I work at Newark Liberty International Airport as a cabin cleaner for a contractor called PrimeFlight Aviation Services, but I don't make nearly enough money to buy a ticket to ride the planes I clean every day. My typical paycheck every two weeks is $630. That doesn't add up to much when you consider the average rental for a two-bedroom apartment in New Jersey is about $1,300 per month. Because I earn poverty wages, I am homeless. And it's not just me. Several other employees who work at Newark Liberty International Airport live in the same shelter where I live.

Living in a shelter at age 22 is difficult. Instead of playing video games and hanging out with friends, I live with constant anxiety. Every day I worry if I will have money for dinner or whether I will have enough change in my pocket to pay for a bus ride to work. A good job with a living wage could improve my life and millions of other low wage workers who now live on the brink.

Airport jobs used to be good jobs but that has changed since airlines began outsourcing to the lowest bidder for services such as cleaning cabins. And the impact on employees has been devastating. Between 1991 and 2011, average weekly wages in the airport operations industry generally fell 14 percent. Some contractors in this industry have troubling track records. My employer, PrimeFlight Aviation Services, which contracts with United Airlines at Newark Liberty International Airport and 48 other airports across the country, has a history of wage and hour claims being filed by employees. Since 2005, total settlements, back wages and penalties for these violations exceed $1.5 million.

Meanwhile, the airlines that utilize contractors are making record profits. From 2000 to 2014, United Airlines' net income increased by $2,853,000,000. But airport employees continue to make poverty wages.

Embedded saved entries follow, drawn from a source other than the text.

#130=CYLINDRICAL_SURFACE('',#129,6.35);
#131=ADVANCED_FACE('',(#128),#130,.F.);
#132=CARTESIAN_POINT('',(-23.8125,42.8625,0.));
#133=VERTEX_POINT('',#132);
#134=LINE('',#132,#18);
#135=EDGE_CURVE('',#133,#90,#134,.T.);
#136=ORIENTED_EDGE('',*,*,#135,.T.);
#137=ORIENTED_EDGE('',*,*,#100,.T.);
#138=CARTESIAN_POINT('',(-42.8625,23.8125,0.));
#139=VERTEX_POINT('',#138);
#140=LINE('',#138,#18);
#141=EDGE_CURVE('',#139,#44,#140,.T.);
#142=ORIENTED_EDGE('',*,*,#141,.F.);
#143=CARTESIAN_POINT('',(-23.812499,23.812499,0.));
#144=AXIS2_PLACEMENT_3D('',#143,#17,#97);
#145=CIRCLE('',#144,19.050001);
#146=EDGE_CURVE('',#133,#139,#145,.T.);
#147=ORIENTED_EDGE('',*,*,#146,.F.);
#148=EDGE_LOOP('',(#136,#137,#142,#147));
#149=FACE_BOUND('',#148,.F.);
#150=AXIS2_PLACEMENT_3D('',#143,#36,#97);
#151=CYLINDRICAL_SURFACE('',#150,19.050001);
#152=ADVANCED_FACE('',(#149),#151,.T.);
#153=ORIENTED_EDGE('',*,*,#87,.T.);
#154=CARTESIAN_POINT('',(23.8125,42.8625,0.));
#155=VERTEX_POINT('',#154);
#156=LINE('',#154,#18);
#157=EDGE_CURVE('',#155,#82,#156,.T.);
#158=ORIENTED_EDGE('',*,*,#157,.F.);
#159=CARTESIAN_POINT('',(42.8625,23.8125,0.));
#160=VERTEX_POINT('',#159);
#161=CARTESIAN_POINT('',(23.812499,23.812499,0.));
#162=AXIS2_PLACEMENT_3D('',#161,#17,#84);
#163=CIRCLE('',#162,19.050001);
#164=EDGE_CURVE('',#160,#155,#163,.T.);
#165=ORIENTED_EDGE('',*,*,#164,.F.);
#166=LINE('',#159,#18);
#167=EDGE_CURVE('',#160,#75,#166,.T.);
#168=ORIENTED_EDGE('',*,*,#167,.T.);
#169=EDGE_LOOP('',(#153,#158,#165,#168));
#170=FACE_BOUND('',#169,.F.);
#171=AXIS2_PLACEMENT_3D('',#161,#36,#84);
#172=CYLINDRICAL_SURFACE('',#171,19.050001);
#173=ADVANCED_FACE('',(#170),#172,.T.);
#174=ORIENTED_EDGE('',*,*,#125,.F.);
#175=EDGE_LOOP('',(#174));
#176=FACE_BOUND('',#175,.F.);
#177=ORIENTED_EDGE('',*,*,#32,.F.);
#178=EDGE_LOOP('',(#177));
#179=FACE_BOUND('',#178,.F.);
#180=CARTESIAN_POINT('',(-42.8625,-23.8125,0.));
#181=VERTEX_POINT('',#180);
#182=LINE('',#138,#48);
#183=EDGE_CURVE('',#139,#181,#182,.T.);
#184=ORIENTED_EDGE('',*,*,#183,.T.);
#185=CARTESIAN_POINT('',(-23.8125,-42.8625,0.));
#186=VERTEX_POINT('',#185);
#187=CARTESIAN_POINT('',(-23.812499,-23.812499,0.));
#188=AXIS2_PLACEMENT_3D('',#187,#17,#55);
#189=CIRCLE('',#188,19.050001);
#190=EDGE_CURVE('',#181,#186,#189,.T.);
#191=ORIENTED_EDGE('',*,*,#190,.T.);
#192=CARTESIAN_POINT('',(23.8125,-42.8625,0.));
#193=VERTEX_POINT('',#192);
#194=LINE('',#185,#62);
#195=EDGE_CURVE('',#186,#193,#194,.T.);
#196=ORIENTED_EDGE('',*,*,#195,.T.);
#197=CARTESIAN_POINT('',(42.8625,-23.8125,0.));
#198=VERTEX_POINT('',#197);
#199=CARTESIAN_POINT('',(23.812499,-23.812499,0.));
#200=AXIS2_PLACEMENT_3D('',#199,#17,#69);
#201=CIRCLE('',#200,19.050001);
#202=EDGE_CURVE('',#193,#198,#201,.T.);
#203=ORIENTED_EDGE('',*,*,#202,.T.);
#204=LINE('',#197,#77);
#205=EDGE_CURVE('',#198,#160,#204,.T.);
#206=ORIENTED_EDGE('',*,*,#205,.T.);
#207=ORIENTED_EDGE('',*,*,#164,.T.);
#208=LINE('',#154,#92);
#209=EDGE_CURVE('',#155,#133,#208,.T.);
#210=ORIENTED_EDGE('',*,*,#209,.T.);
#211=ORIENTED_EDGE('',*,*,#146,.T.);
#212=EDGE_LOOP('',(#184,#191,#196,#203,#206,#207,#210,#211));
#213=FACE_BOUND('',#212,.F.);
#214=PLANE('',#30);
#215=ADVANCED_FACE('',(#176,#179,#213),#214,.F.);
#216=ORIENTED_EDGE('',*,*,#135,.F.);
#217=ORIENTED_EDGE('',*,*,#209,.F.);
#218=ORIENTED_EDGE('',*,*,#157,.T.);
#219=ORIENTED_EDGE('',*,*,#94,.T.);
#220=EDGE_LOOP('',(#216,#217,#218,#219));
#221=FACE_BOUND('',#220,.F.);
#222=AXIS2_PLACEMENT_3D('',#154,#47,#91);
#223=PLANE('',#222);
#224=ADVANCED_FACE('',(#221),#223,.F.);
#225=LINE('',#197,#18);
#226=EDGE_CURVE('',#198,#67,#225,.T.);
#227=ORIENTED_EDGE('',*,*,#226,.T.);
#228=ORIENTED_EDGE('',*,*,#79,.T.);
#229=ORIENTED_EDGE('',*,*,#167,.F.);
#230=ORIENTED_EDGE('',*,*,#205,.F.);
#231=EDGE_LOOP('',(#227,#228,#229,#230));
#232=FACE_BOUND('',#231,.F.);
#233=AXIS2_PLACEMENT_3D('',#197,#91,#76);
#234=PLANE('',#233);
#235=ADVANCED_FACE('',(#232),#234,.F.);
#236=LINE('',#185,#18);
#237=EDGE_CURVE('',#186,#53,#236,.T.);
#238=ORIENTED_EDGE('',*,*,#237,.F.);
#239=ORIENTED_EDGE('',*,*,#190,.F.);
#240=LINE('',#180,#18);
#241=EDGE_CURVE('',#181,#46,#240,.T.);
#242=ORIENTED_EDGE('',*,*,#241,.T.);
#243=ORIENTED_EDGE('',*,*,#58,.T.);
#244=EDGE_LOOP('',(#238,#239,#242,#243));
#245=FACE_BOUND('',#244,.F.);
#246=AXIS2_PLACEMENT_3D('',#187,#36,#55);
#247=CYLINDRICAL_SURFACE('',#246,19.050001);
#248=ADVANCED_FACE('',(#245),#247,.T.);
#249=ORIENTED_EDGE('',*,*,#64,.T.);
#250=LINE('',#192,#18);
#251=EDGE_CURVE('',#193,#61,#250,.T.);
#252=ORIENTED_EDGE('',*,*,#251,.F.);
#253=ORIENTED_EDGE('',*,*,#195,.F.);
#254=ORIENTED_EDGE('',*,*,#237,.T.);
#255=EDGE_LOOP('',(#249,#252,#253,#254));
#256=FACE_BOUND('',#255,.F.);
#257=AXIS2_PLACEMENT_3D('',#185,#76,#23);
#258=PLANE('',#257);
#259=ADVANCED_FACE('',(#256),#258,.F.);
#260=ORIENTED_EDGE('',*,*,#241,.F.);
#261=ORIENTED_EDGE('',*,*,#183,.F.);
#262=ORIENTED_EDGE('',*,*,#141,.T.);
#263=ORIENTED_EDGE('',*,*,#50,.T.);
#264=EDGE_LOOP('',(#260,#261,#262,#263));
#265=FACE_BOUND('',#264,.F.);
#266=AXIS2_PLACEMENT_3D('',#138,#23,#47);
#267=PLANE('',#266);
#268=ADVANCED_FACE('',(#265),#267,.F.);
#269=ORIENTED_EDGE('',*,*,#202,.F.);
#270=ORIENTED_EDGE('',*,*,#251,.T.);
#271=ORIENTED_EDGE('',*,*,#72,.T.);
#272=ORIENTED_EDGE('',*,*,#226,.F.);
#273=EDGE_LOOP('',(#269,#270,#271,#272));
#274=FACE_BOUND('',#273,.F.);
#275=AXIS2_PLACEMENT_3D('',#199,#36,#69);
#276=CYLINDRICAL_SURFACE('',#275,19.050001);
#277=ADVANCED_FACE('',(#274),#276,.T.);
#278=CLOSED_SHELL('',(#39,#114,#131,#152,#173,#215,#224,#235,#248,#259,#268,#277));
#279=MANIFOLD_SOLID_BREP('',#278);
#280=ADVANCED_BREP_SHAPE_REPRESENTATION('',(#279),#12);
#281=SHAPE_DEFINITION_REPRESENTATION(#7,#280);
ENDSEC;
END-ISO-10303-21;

Airline passengers don't seem to be better off. Passenger complaints were up 20 percent in the first half of 2015, according to a report in USA Today which cited statistics from the United States Transportation Department. Cancellations, delays and missed connections topped the list of passenger complaints in the news report. Two giants in the industry - American and United Airlines - received the most complaints.
Clearly something needs to be done to improve the situation at our airports, for both the workers in the airports and for passengers. For more than a year, contracted airport workers from our region's big three airports, Newark, John F. Kennedy International Airport and LaGuardia Airport have been calling on officials at the Port Authority of New York and New Jersey to release its promised plan for higher wages and benefits. And because thousands of airport workers banded together, the Port Authority initially raised wages to $9 and then again to $10.10. This is an important first step, but not nearly enough. We need family-sustaining wages, quality benefits and a real voice on the job. The inaction on the part of the commissioners from this bistate agency is leaving 12,000 airport workers and their families in poverty.

This is why airport workers, health-care employees, adjunct professors and a host of other low-wage workers across the country have joined fast food employees in their quest for a $15 minimum wage.

Because people who work for a living ought to be able to make a living, and not be forced to live in a shelter.

Benyamin Morte is a student at Essex County College and employee of PrimeFlight Aviation Services.